Swain-Vincent House

Fort Dodge City, Webster County, IA

   

The Swain-Vincent house (824 Third Avenue South, Fort Dodge, IA) was documented by the Historic American Buildings Survey [HABS ‡] in 1972 and listed as The Vincent House on the National Register of Historic Places in 1973.

The Swain-Vincent house (ca. 1871) is important architecturally as a well-preserved example of a type of Victorian house to be found in cities throughout the United States: the town residence built for a prosperous businessman of the post Civil War period. Historically the house is significant because its second owner, Webb Vincent, was important in the gypsum industry in Fort Dodge.

The house was built for James Swain, but was apparently not completely finished indoors until after Webb Vincent purchased the house in 1879, according to Mrs. Donald Vincent (Anne) when she was interviewed in 1963-1964. The plan is substantially the same as when completed. The gypsum wall plaster, at the walls of the third floor ballroom is of interest.

James Swain, the first owner, was born in New Hampshire on 12 September, 1816 and moved to Nunda, New York, when young. He studied mercantile trade at Gennessee College in Lima, New York, in 1838 and married Adeline Morrison in June 1846, moving to Buffalo, New York in 1854. In 1858 he came to Fort Dodge and engaged in the wholesale and retail drug business. His was the first drugstore in the town. He had built for him the house later owned and occupied by Webb Vincent and lived there until his death on 27 Dec. 1877. It appears that the Swains were not able to afford their large house and rented rooms to newcomers in town and made their home available for parties, also presumably as a means of augmenting their income.

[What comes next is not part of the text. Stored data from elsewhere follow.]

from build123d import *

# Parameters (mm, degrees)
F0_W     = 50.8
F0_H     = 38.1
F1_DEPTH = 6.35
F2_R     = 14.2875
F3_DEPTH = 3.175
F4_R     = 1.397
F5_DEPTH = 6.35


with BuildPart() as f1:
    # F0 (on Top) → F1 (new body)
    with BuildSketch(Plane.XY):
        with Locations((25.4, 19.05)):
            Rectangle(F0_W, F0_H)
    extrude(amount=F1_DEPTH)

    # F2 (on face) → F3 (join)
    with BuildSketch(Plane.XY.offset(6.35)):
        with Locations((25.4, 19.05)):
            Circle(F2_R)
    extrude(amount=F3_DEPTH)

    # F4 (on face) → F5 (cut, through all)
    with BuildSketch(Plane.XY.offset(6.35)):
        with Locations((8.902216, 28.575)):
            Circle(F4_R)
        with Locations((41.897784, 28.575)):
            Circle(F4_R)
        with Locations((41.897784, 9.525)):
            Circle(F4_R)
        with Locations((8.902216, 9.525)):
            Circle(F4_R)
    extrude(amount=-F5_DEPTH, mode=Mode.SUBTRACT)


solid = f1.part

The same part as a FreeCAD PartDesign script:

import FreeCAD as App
import Part
import Sketcher
from FreeCAD import Vector
Q = App.Units.Quantity

doc = App.newDocument("Part")
params = doc.addObject("Spreadsheet::Sheet", "Params")
for row, (alias, value) in enumerate([
    ("sketch1_width", "2 in"),
    ("sketch1_height", "1.5 in"),
    ("pad1_length", "0.25 in"),
    ("sketch2_diameter", "1.125 in"),
    ("pad2_length", "0.125 in"),
    ("sketch3_diameter", "0.11 in"),
], start=1):
    params.set(f"A{row}", alias)
    params.set(f"B{row}", "=" + value)
    params.setAlias(f"B{row}", alias)

body = doc.addObject("PartDesign::Body", "Body")

# Sketch on XY plane
sketch1 = doc.addObject("Sketcher::SketchObject", "Sketch")
body.addObject(sketch1)
sketch1.AttachmentSupport = (doc.XY_Plane, [""])
sketch1.MapMode = "FlatFace"
sketch1.addGeometry(Part.LineSegment(Vector(0, 38, 0), Vector(0, 0, 0)), False)
sketch1.addGeometry(Part.LineSegment(Vector(0, 0, 0), Vector(51, 0, 0)), False)
sketch1.addGeometry(Part.LineSegment(Vector(51, 0, 0), Vector(51, 38, 0)), False)
sketch1.addGeometry(Part.LineSegment(Vector(51, 38, 0), Vector(0, 38, 0)), False)
sketch1.addConstraint(Sketcher.Constraint("Coincident", 0, 2, 1, 1))
sketch1.addConstraint(Sketcher.Constraint("Coincident", 1, 2, 2, 1))
sketch1.addConstraint(Sketcher.Constraint("Coincident", 2, 2, 3, 1))
sketch1.addConstraint(Sketcher.Constraint("Coincident", 3, 2, 0, 1))
sketch1.addConstraint(Sketcher.Constraint("Vertical", 0))
sketch1.addConstraint(Sketcher.Constraint("Horizontal", 1))
sketch1.addConstraint(Sketcher.Constraint("Vertical", 2))
sketch1.addConstraint(Sketcher.Constraint("Horizontal", 3))
sketch1.addConstraint(Sketcher.Constraint("Coincident", 0, 2, -1, 1))
sketch1.addConstraint(Sketcher.Constraint("DistanceX", 1, 1, 1, 2, Q("2 in")))
sketch1.addConstraint(Sketcher.Constraint("DistanceY", 0, 2, 0, 1, Q("1.5 in")))
sketch1.setExpression("Constraints[9]", "Params.sketch1_width")
sketch1.setExpression("Constraints[10]", "Params.sketch1_height")
pad1 = doc.addObject("PartDesign::Pad", "Pad")
body.addObject(pad1)
pad1.Profile = sketch1
pad1.setExpression("Length", "Params.pad1_length")

# Sketch on XY plane
sketch2 = doc.addObject("Sketcher::SketchObject", "Sketch001")
body.addObject(sketch2)
sketch2.AttachmentSupport = (doc.XY_Plane, [""])
sketch2.MapMode = "FlatFace"
sketch2.AttachmentOffset = App.Placement(Vector(0, 0, 0.25 * 25.4), App.Rotation())
sketch2.addGeometry(Part.Circle(Vector(25, 19, 0), Vector(0, 0, 1), 14), False)
sketch2.addConstraint(Sketcher.Constraint("Diameter", 0, Q("1.125 in")))
sketch2.addConstraint(Sketcher.Constraint("DistanceX", -1, 1, 0, 3, Q("1 in")))
sketch2.addConstraint(Sketcher.Constraint("DistanceY", -1, 1, 0, 3, Q("0.75 in")))
sketch2.setExpression("Constraints[0]", "Params.sketch2_diameter")
pad2 = doc.addObject("PartDesign::Pad", "Pad001")
body.addObject(pad2)
pad2.Profile = sketch2
pad2.setExpression("Length", "Params.pad2_length")

# Sketch on XY plane
sketch3 = doc.addObject("Sketcher::SketchObject", "Sketch002")
body.addObject(sketch3)
sketch3.AttachmentSupport = (doc.XY_Plane, [""])
sketch3.MapMode = "FlatFace"
sketch3.AttachmentOffset = App.Placement(Vector(0, 0, 0.25 * 25.4), App.Rotation())
sketch3.addGeometry(Part.Circle(Vector(8.9, 28.6, 0), Vector(0, 0, 1), 1.4), False)
sketch3.addGeometry(Part.Circle(Vector(41.9, 28.6, 0), Vector(0, 0, 1), 1.4), False)
sketch3.addGeometry(Part.Circle(Vector(41.9, 9.5, 0), Vector(0, 0, 1), 1.4), False)
sketch3.addGeometry(Part.Circle(Vector(8.9, 9.5, 0), Vector(0, 0, 1), 1.4), False)
sketch3.addConstraint(Sketcher.Constraint("Equal", 0, 1))
sketch3.addConstraint(Sketcher.Constraint("Equal", 1, 2))
sketch3.addConstraint(Sketcher.Constraint("Equal", 2, 3))
sketch3.addConstraint(Sketcher.Constraint("Horizontal", 0, 3, 1, 3))
sketch3.addConstraint(Sketcher.Constraint("Horizontal", 2, 3, 3, 3))
sketch3.addConstraint(Sketcher.Constraint("Vertical", 1, 3, 2, 3))
sketch3.addConstraint(Sketcher.Constraint("Vertical", 0, 3, 3, 3))
sketch3.addConstraint(Sketcher.Constraint("Diameter", 0, Q("0.11 in")))
sketch3.addConstraint(Sketcher.Constraint("DistanceY", 2, 3, 1, 3, Q("0.75 in")))
sketch3.addConstraint(Sketcher.Constraint("DistanceY", -1, 1, 0, 3, Q("1.125 in")))
sketch3.addConstraint(Sketcher.Constraint("DistanceX", 0, 3, 1, 3, Q("32.995568 mm")))
sketch3.addConstraint(Sketcher.Constraint("DistanceX", -1, 1, 0, 3, Q("8.902216 mm")))
sketch3.setExpression("Constraints[7]", "Params.sketch3_diameter")
pocket1 = doc.addObject("PartDesign::Pocket", "Pocket")
body.addObject(pocket1)
pocket1.Profile = sketch3
pocket1.Type = "ThroughAll"

doc.recompute()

Adelaine Morrison Swain, James's wife, was born in Bath, New Hampshire, on 25 May 1820. In 1838 she was teaching drawing, painting, and modern languages at the Troy Conference Academy at West Poultney, Vermont, and was teaching at Nunda, New York, in 1843. After coming to Fort Dodge in 1858, she taught French, higher English "branches," piano, and oil painting to young ladies. After her husband's death, she was nominated in 1881 by the Greenback Party for State Superintendent of Public Instruction, and in 1884 she was a delegate-at-large to the national convention of the party held, in Indianapolis. She was an advocate of women's political equality and was elected honorary vice-president for life of the National Suffrage organization. Both James and Adelaine Swain were charter members of the first Spiritualist Society of Fort Dodge.

Webb Vincent recorded the following information about himself in his "Early Reminiscences." He was born on 13 Nov. 1841 on a farm near Waterford, Pennsylvania. In 1844 his father traveled to Chicago in search of something worth investing in. "He reported Chicago only a slough" and returned to his Pennsylvania farm until 1854, when he made an exploratory trip to Des Moines. He seems to have liked what he saw, for in the following year he moved his family to Fort Dodge. They traveled by railroad to Dubuque, where the railroad ended, then proceeded overland for six days by horse and covered wagon to Fort Dodge. Their first house there was a one-and-a-half-story-high frame building 16 by 26 feet in plan in which Webb, as a fourteen-year-old boy, took a responsible part in building. In 1861 Webb Vincent enlisted in the Civil War army and served until the Fall of 1864. He worked for the Northwestern Coal Company near Boone, Iowa, from 1867 to 1869. In 1869 he was appointed receiver of public moneys, and he held the position until the office was discontinued in 1876. He married in 1870 and said that he found the "moderate salary ... a welcome addition to my income." His "Reminiscences" relate the founding of the gypsum business:

In 1870, associated with my friend George S. Ringland, I began experimenting with gypsum. We burned gypsum on log piles down in Gypsum Hollow and we cooked gypsum in kitchen utensils on our kitchen stoves. In 1872 our first mill was built and S. T. Meservey was included in the company. The panic of 1873 was not a favorable setting for the new industry. It was up-hill work with not a dollar of profit for eight years. We were the inventors and originators of brown coat mortar, using stucco instead of lime for the first coat of plaster. It was used in repairing the ceiling of the Merchants National Bank building and on the walls of the third story of my present home. Many a prospective customer has been led up those long two flights of stairs to see it.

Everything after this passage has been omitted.